Нет, я лежал не в кровати, а в вязкой, липкой грязи на берегу реки, по-прежнему в своей рабочей одежде. Как я там очутился, мне до сих пор непонятно. Мало-помалу сознание стало возвращаться ко мне, и в уме моем зазвучал голос, нашептывавший мне тихо, но отчетливо. Я медленно повернулся на своем слякотном ложе, чтобы посмотреть, кто находится рядом. Но поблизости никого не было. Я лежал один на унылом пустынном берегу, над которым тянулся ряд высоких темных зданий. В следующий миг внутренний голос зазвучал снова, теперь громче и настойчивее, — он говорил мне, что я должен сделать.

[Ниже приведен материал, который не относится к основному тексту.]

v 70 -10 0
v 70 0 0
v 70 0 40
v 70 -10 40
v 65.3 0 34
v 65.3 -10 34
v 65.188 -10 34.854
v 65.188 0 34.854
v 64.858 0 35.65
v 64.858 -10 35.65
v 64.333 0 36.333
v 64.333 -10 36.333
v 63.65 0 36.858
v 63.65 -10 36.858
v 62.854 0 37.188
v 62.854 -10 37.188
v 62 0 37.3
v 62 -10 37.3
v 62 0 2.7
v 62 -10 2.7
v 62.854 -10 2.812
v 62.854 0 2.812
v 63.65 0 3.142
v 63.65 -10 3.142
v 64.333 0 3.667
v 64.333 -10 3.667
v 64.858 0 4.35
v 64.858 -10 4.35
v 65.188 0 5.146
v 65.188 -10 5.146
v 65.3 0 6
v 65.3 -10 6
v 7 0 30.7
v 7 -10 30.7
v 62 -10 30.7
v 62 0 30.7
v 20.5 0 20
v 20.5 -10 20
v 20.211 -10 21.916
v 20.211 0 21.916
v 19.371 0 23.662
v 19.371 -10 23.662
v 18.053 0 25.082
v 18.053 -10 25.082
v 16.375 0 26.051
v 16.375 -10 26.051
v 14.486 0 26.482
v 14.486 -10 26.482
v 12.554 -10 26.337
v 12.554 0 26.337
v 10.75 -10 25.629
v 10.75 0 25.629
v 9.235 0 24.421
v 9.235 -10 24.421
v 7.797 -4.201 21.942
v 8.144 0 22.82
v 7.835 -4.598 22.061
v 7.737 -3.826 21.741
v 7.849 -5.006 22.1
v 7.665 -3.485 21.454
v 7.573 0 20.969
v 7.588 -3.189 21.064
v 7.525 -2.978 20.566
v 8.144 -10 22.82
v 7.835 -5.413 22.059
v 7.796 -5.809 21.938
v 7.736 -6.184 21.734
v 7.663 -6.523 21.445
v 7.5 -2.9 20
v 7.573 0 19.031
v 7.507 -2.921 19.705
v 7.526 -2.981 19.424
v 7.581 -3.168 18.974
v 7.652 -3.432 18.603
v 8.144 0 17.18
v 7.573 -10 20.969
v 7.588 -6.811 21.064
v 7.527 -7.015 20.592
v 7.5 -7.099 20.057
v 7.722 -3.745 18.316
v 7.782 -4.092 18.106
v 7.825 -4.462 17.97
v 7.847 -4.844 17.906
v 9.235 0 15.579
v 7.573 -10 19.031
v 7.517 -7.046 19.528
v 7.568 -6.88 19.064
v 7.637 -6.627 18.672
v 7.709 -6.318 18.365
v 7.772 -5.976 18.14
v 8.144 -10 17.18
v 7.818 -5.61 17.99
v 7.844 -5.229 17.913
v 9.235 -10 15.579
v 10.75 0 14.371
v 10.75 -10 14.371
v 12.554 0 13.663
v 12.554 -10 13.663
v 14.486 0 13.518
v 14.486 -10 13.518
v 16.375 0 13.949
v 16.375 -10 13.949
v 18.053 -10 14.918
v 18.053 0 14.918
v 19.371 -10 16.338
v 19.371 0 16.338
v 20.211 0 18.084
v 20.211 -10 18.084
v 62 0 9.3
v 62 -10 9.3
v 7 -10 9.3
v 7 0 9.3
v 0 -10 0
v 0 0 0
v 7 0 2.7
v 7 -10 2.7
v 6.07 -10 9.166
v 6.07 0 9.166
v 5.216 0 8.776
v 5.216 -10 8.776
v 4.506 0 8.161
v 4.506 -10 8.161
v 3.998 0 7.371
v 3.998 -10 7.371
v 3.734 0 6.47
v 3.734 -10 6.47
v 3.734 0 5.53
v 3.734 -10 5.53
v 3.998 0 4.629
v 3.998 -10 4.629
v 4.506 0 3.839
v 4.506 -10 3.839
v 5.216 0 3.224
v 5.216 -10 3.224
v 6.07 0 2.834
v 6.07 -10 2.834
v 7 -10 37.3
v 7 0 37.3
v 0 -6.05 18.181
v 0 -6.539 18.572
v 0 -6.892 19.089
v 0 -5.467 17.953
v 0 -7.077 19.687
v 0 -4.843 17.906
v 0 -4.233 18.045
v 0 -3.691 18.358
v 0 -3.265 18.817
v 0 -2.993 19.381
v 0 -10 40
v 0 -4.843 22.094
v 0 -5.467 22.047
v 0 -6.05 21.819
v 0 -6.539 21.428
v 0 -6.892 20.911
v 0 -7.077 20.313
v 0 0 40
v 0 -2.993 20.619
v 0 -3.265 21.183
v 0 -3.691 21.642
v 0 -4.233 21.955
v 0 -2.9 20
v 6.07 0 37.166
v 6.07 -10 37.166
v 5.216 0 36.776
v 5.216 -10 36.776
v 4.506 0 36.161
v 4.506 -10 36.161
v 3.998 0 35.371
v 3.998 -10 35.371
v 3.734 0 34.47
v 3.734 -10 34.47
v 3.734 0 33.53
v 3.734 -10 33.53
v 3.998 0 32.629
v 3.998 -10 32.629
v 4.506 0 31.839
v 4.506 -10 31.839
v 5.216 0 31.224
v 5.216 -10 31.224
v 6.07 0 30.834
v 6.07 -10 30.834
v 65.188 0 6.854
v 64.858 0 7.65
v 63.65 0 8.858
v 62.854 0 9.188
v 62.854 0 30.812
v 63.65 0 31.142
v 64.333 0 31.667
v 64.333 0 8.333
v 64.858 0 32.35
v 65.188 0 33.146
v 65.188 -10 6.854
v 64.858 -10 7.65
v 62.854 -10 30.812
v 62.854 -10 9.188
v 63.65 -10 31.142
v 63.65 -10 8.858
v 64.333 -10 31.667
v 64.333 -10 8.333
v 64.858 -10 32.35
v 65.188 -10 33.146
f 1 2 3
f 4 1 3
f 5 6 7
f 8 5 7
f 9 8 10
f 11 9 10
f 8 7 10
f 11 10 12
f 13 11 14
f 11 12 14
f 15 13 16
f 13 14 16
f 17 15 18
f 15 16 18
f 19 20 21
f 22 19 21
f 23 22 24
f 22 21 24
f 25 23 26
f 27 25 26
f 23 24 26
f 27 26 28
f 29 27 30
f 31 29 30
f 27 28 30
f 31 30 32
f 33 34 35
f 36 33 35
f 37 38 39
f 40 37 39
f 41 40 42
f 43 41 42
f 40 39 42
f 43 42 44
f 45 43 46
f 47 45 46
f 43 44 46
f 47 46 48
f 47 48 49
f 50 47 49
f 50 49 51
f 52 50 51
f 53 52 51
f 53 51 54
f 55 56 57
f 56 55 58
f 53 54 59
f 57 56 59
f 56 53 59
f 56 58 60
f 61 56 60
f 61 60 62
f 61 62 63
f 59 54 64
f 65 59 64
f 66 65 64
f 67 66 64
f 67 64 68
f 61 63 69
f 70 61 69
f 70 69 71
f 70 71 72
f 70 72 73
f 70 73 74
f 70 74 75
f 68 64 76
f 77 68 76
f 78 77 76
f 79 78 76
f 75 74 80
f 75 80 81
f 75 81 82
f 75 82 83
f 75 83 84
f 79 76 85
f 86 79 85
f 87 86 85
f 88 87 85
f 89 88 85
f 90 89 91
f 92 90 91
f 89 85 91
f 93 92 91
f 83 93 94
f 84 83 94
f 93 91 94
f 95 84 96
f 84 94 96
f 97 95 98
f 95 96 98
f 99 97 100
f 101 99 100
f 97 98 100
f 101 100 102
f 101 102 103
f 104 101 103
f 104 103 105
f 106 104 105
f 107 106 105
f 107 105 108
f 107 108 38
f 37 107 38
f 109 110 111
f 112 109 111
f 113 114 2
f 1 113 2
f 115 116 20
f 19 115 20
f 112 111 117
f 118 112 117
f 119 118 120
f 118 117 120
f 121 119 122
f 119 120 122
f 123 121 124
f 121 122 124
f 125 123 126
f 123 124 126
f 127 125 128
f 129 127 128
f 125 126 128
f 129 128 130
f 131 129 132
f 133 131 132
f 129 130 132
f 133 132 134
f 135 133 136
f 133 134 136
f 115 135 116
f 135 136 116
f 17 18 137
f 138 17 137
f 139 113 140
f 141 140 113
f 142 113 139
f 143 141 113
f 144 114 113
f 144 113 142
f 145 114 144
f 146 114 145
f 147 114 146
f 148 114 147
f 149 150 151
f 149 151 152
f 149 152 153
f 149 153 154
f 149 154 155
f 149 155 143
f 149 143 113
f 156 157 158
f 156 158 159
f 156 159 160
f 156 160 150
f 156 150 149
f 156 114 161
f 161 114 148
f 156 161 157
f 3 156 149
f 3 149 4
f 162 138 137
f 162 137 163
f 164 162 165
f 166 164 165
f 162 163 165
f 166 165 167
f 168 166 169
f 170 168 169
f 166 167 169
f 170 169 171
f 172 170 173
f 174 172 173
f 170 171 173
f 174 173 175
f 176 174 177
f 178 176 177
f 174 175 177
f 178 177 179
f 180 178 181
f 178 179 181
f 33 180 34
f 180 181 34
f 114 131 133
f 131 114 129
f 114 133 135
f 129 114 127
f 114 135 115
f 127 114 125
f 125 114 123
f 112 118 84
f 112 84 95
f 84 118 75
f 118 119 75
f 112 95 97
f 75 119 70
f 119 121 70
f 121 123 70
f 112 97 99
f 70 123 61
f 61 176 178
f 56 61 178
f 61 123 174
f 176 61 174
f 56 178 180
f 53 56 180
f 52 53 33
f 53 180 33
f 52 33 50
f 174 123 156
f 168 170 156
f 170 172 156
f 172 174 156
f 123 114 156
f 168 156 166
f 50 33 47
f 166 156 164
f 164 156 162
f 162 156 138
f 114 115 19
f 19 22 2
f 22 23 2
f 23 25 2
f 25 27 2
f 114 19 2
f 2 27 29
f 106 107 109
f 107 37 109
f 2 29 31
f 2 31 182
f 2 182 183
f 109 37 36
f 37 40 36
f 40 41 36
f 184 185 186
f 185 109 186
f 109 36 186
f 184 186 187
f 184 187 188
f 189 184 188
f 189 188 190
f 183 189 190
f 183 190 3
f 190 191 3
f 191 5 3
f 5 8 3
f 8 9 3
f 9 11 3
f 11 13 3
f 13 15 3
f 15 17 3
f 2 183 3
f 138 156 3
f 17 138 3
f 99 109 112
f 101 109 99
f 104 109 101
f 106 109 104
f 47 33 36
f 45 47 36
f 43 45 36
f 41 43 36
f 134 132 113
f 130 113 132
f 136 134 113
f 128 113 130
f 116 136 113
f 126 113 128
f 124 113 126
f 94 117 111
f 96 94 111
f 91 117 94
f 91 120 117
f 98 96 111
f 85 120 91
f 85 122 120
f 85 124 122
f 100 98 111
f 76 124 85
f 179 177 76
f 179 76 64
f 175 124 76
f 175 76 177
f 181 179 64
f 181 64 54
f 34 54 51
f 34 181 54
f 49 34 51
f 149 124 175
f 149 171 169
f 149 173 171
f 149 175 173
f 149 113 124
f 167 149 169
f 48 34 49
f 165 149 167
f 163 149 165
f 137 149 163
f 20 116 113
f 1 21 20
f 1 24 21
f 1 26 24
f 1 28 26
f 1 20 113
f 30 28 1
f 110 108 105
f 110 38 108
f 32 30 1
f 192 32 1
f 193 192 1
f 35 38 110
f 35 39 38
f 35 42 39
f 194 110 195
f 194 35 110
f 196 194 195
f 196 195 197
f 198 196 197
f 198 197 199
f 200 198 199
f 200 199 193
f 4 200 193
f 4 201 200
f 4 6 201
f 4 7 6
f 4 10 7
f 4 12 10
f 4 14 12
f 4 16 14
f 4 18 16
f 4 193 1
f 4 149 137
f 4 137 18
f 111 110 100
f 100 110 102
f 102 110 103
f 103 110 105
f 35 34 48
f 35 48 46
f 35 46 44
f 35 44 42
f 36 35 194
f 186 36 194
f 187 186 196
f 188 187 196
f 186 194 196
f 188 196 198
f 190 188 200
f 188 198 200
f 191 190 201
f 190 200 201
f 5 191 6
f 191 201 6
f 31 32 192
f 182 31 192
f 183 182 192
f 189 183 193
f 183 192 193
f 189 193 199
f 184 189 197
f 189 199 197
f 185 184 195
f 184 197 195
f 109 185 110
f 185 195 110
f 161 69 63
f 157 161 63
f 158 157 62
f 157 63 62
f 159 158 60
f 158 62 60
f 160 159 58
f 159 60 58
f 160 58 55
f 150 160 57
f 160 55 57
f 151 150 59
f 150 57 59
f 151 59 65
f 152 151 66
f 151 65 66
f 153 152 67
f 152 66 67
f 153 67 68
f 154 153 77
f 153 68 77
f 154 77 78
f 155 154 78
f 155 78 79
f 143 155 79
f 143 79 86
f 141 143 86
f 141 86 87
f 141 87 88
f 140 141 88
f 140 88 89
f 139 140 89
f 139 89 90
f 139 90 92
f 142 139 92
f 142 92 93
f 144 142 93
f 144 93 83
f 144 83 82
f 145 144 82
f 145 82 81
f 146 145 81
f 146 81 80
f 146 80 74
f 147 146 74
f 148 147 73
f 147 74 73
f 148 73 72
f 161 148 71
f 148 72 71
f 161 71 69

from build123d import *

# Parameters (mm, degrees)
F0_W     = 70
F0_H     = 40
F1_DEPTH = 10
F2_R     = 6.5
F3_DEPTH = 25
F5_D     = 4.2
F5_DEPTH = 15
F5_TIP   = 1.2618073


with BuildPart() as f1:
    # F0 (on Front) → F1 (new body)
    with BuildSketch(Plane.XZ):
        with Locations((35, 20)):
            Rectangle(F0_W, F0_H)
    extrude(amount=F1_DEPTH)

    # F2 (on face) → F3 (cut)
    with BuildSketch(Plane.XZ.offset(10)):
        with BuildLine():
            Line((62, 30.7), (62, 37.3))
            ThreePointArc((62, 37.3), (58.7, 34), (62, 30.7))
        make_face()
        with BuildLine():
            ThreePointArc((62, 30.7), (64.3334523779, 31.6665476221), (65.3, 34))
            ThreePointArc((65.3, 34), (64.3334523779, 36.3334523779), (62, 37.3))
            Line((62, 37.3), (62, 30.7))
        make_face()
        with BuildLine():
            ThreePointArc((10.3, 34), (9.3334523779, 36.3334523779), (7, 37.3))
            ThreePointArc((7, 37.3), (3.7, 34), (7, 30.7))
            ThreePointArc((7, 30.7), (9.3334523779, 31.6665476221), (10.3, 34))
        make_face()
        with BuildLine():
            ThreePointArc((7, 2.7), (9.3334523779, 3.6665476221), (10.3, 6))
            ThreePointArc((10.3, 6), (9.3334523779, 8.3334523779), (7, 9.3))
            ThreePointArc((7, 9.3), (3.7, 6), (7, 2.7))
        make_face()
        with BuildLine():
            Line((62, 2.7), (62, 9.3))
            ThreePointArc((62, 9.3), (58.7, 6), (62, 2.7))
        make_face()
        with BuildLine():
            ThreePointArc((65.3, 6), (64.3334523779, 8.3334523779), (62, 9.3))
            Line((62, 9.3), (62, 2.7))
            ThreePointArc((62, 2.7), (64.3334523779, 3.6665476221), (65.3, 6))
        make_face()
        with BuildLine():
            ThreePointArc((62, 30.7), (58.7, 34), (62, 37.3))
            Line((62, 37.3), (7, 37.3))
            ThreePointArc((7, 37.3), (9.3334523779, 36.3334523779), (10.3, 34))
            ThreePointArc((10.3, 34), (9.3334523779, 31.6665476221), (7, 30.7))
            Line((7, 30.7), (62, 30.7))
        make_face()
        with BuildLine():
            ThreePointArc((7, 9.3), (9.3334523779, 8.3334523779), (10.3, 6))
            ThreePointArc((10.3, 6), (9.3334523779, 3.6665476221), (7, 2.7))
            Line((7, 2.7), (62, 2.7))
            ThreePointArc((62, 2.7), (58.7, 6), (62, 9.3))
            Line((62, 9.3), (7, 9.3))
        make_face()
        with Locations((14, 20)):
            Circle(F2_R)
    extrude(amount=-F3_DEPTH, mode=Mode.SUBTRACT)

    # F5
    with Locations(Plane(origin=(0, 0, 0), x_dir=(0, -1, 0), z_dir=(-1, 0, 0))):
        with Locations((5, 20)):
            Hole(F5_D / 2, depth=F5_DEPTH)
            with Locations((0, 0, -(F5_DEPTH + F5_TIP / 2))):  # 118° drill point
                Cone(0, F5_D / 2, F5_TIP, mode=Mode.SUBTRACT)


solid = f1.part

Я пишу сии строки в дни спокойного раздумья, но тогда я был на грани помешательства, доведенный до такого состояния предательством возлюбленной, отчаянием, гневом и дурманным зельем опиумного мастера. Почти полностью потеряв человеческий облик, я лежал между миром людей и миром монстров; надо мной простиралось странное серо-бурое небо в ярко-красных потеках и кляксах, подо мной хлюпал черный липкий ил; и настойчивый шепот, похожий на шум стремительного потока, неумолчно звучал в моих ушах.
— Я слышу тебя! — услышал я свой голос. — Я выполню твою волю!
Потом я вскочил на ноги и, испуская нечленораздельные вопли, принялся метаться взад-вперед по берегу, точно буйный почитатель Бахуса.[297] Но не вино привело меня в такое состояние, а благословенный опиум, открывший передо мной громадные черные ворота, за которыми стояло другое, более ужасное божество.